Pero, Ƒexiste realmente la posibilidad de descubrir algo en el ciberespacio? Internet no hace más que simular un espacio mental libre, un espacio de libertad y descubrimiento. De hecho, sólo ofrece un espacio desmultiplicado, aunque convencional, donde el operador interactúa con elementos conocidos, sitios establecidos, códigos instituidos. Más allá de esos parámetros de investigación no existe nada. Cualquier pregunta es asignada a una respuesta anticipada. Uno es el interrogador automático al mismo tiempo que el contestador automático de la máquina. A la vez codificador y decodificador, de hecho nuestro propio terminal, nuestro propio corresponsal. Es eso el éxtasis de la comunicación. Ya no hay otro enfrente, ni tampoco destino final. El sistema gira así sin fin y sin finalidad. Y su única posibilidad es la de una reproducción y de una involución al infinito. De ahí el confortable vértigo de esa interacción electrónica e informática, similar al de una droga. Uno puede pasarse toda la vida en ella, sin discontinuidad. La droga misma no es más que el ejemplo perfecto de una interactividad enloquecida en un circuito cerrado.

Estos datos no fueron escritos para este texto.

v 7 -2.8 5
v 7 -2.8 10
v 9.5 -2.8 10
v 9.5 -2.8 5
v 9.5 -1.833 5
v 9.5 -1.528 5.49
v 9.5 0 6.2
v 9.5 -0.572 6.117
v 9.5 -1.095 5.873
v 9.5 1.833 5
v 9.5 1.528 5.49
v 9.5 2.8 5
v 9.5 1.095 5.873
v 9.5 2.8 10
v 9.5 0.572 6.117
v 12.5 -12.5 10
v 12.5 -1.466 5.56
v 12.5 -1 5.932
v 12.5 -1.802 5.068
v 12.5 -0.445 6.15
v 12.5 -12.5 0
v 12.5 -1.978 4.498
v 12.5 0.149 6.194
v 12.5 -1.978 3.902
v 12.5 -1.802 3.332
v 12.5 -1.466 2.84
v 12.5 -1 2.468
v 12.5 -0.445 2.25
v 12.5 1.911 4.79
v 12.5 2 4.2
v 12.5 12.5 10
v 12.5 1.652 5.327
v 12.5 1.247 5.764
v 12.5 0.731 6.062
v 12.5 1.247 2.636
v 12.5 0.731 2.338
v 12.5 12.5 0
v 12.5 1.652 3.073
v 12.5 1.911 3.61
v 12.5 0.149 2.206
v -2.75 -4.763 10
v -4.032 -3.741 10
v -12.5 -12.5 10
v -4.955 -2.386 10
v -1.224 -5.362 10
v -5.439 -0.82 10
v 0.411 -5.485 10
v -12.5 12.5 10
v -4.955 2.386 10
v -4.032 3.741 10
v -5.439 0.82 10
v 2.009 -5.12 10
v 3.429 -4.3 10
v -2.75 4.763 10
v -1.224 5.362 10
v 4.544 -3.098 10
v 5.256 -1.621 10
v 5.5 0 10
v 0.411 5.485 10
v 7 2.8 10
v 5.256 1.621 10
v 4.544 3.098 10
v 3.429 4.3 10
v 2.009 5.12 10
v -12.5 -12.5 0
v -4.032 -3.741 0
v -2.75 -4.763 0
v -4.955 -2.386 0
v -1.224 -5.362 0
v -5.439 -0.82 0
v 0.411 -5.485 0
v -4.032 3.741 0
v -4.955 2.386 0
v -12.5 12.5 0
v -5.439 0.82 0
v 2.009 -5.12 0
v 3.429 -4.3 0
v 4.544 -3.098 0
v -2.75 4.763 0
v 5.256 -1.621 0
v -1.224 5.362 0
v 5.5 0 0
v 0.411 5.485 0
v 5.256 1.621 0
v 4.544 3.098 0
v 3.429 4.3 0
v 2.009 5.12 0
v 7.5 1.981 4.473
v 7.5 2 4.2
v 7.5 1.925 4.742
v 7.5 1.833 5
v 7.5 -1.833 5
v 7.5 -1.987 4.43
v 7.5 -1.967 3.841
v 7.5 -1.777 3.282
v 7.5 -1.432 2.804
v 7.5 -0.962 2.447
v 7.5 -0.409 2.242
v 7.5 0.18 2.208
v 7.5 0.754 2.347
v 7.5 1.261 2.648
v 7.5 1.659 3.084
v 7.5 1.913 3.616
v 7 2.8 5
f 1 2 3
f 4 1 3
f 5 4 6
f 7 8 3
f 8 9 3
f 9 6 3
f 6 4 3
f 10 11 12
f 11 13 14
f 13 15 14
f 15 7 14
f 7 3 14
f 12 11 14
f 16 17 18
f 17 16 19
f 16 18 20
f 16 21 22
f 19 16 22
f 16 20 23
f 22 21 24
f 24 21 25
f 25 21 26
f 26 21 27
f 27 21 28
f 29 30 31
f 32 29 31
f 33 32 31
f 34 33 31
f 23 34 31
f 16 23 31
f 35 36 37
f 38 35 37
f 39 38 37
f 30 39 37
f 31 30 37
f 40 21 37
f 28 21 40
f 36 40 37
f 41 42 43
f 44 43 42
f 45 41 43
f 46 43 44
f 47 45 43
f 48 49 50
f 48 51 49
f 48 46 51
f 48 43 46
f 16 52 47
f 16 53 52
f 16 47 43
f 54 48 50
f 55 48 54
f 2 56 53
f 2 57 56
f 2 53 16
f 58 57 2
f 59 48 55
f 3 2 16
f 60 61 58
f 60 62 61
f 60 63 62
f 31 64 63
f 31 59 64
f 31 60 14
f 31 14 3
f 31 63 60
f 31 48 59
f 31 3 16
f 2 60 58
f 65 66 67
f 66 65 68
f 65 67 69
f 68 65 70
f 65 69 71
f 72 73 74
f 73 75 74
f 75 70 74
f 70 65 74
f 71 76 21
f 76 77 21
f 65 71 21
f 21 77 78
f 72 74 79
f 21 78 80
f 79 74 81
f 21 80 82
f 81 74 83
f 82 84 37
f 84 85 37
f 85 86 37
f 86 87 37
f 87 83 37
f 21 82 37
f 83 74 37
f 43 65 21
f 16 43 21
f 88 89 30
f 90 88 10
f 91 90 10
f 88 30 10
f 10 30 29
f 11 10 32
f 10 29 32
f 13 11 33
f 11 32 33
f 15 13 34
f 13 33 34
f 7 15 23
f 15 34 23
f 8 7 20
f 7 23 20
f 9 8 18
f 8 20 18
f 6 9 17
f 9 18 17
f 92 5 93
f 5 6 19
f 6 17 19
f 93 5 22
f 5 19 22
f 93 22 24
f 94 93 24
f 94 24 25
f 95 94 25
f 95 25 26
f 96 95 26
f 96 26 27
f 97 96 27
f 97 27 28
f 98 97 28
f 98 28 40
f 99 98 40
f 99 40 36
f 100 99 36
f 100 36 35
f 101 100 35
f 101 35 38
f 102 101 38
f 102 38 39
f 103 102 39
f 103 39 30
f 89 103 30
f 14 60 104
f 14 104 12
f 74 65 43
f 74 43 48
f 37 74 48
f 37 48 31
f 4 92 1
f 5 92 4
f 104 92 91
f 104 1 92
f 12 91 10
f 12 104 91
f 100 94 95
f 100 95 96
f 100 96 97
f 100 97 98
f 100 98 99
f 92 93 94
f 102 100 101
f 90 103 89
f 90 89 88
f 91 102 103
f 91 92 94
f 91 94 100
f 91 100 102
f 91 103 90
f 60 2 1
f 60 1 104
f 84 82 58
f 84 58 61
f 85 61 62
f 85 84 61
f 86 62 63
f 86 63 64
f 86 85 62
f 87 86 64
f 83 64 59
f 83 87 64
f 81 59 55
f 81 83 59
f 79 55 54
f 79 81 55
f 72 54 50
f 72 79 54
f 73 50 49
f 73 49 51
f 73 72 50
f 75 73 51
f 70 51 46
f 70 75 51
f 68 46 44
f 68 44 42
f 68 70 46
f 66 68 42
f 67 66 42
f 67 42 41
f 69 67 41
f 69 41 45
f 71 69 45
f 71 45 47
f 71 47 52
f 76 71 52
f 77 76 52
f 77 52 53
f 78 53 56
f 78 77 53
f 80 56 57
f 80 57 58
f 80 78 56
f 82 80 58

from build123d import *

# Parameters (mm, degrees)
SKETCH_W        = 25
SKETCH_H        = 25
SKETCH_R        = 5.5
PAD_DEPTH       = 10
SKETCH001_R     = 2
POCKET_DEPTH    = 5
SKETCH002_W     = 2.5
SKETCH002_H     = 5.6
POCKET001_DEPTH = 5


with BuildPart() as part:
    # Sketch → Pad (new body)
    with BuildSketch(Plane.XY):
        Rectangle(SKETCH_W, SKETCH_H)
        Circle(SKETCH_R, mode=Mode.SUBTRACT)
    extrude(amount=PAD_DEPTH)

    # Sketch001 (on Face1 of Pad) → Pocket (cut)
    with BuildSketch(Plane.YZ.offset(12.5)):
        with Locations((0, 4.2)):
            Circle(SKETCH001_R)
    extrude(amount=-POCKET_DEPTH, mode=Mode.SUBTRACT)

    # Sketch002 (on Face4 of Pocket) → Pocket001 (cut)
    with BuildSketch(Plane.XY.offset(10)):
        with Locations((8.25, 0)):
            Rectangle(SKETCH002_W, SKETCH002_H)
    extrude(amount=-POCKET001_DEPTH, mode=Mode.SUBTRACT)


solid = part.part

Para domesticarnos se nos dice: el ordenador no es sino una máquina de escribir, sólo que más práctica y compleja. Lo cual es falso. La máquina de escribir es un objeto perfectamente exterior. La página flota al aire libre y yo también. Tengo una relación física con la escritura. Toco con los ojos la página en blanco o la página escrita, cosa que no puedo hacer con la pantalla. El ordenador es, en cambio, una verdadera prótesis. Yo mantengo con él una relación no sólo interactiva, sino también táctil e intersensorial. Yo mismo me convierto en un ectoplasma de la pantalla. De ahí provienen, sin duda, de esa incubación de la imagen virtual y del cerebro, las insuficiencias que afectan a los ordenadores y que son como los lapsus de nuestro propio cuerpo.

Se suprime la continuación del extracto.